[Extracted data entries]

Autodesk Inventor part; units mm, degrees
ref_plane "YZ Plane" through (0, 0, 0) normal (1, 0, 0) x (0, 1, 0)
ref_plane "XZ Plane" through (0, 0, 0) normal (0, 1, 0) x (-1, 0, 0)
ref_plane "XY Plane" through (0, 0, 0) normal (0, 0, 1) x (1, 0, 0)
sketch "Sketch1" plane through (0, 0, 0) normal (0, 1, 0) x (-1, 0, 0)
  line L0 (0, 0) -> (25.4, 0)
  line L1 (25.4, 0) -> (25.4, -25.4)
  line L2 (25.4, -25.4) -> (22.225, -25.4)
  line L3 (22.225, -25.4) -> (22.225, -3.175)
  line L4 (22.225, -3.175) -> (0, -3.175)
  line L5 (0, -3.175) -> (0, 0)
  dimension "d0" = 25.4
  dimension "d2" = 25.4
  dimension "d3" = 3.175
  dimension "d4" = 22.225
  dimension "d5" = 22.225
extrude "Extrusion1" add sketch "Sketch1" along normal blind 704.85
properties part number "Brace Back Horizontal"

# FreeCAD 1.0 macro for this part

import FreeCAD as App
import Part
import Sketcher
Q = App.Units.Quantity

doc = App.newDocument("Part")
body = doc.addObject("PartDesign::Body", "Body")

# Sketch on XZ plane
sketch1 = body.newObject("Sketcher::SketchObject", "Sketch")
sketch1.AttachmentSupport = (doc.getObject("XZ_Plane"), [""])
sketch1.MapMode = "FlatFace"
sketch1.addGeometry([
    Part.LineSegment(App.Vector(-25.4, 0, 0), App.Vector(0, 0, 0)),  # 0
    Part.LineSegment(App.Vector(0, 0, 0), App.Vector(0, -3.175, 0)),  # 1
    Part.LineSegment(App.Vector(0, -3.175, 0), App.Vector(-22.225, -3.175, 0)),  # 2
    Part.LineSegment(App.Vector(-22.225, -3.175, 0), App.Vector(-22.225, -25.4, 0)),  # 3
    Part.LineSegment(App.Vector(-22.225, -25.4, 0), App.Vector(-25.4, -25.4, 0)),  # 4
    Part.LineSegment(App.Vector(-25.4, -25.4, 0), App.Vector(-25.4, 0, 0)),  # 5
], False)
sketch1.addConstraint([
    Sketcher.Constraint("Coincident", 0, 2, 1, 1),
    Sketcher.Constraint("Coincident", 1, 2, 2, 1),
    Sketcher.Constraint("Coincident", 2, 2, 3, 1),
    Sketcher.Constraint("Coincident", 3, 2, 4, 1),
    Sketcher.Constraint("Coincident", 4, 2, 5, 1),
    Sketcher.Constraint("Coincident", 5, 2, 0, 1),
    Sketcher.Constraint("Horizontal", 0),
    Sketcher.Constraint("Vertical", 1),
    Sketcher.Constraint("Horizontal", 2),
    Sketcher.Constraint("Vertical", 3),
    Sketcher.Constraint("Horizontal", 4),
    Sketcher.Constraint("Vertical", 5),
    Sketcher.Constraint("Coincident", 0, 2, -1, 1),
    Sketcher.Constraint("Equal", 4, 1),
    Sketcher.Constraint("Equal", 2, 3),
    Sketcher.Constraint("DistanceX", 0, 1, 0, 2, Q("1 in")),
    Sketcher.Constraint("DistanceX", 2, 2, 2, 1, Q("0.875 in")),
])
pad1 = body.newObject("PartDesign::Pad", "Pad")
pad1.Profile = sketch1
pad1.Length = Q("27.75 in")
pad1.Reversed = True

doc.recompute()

Exercise. Search the entries above for "dimension". Show every line that has it.

Answer space.
  dimension "d0" = 25.4
  dimension "d2" = 25.4
  dimension "d3" = 3.175
  dimension "d4" = 22.225
  dimension "d5" = 22.225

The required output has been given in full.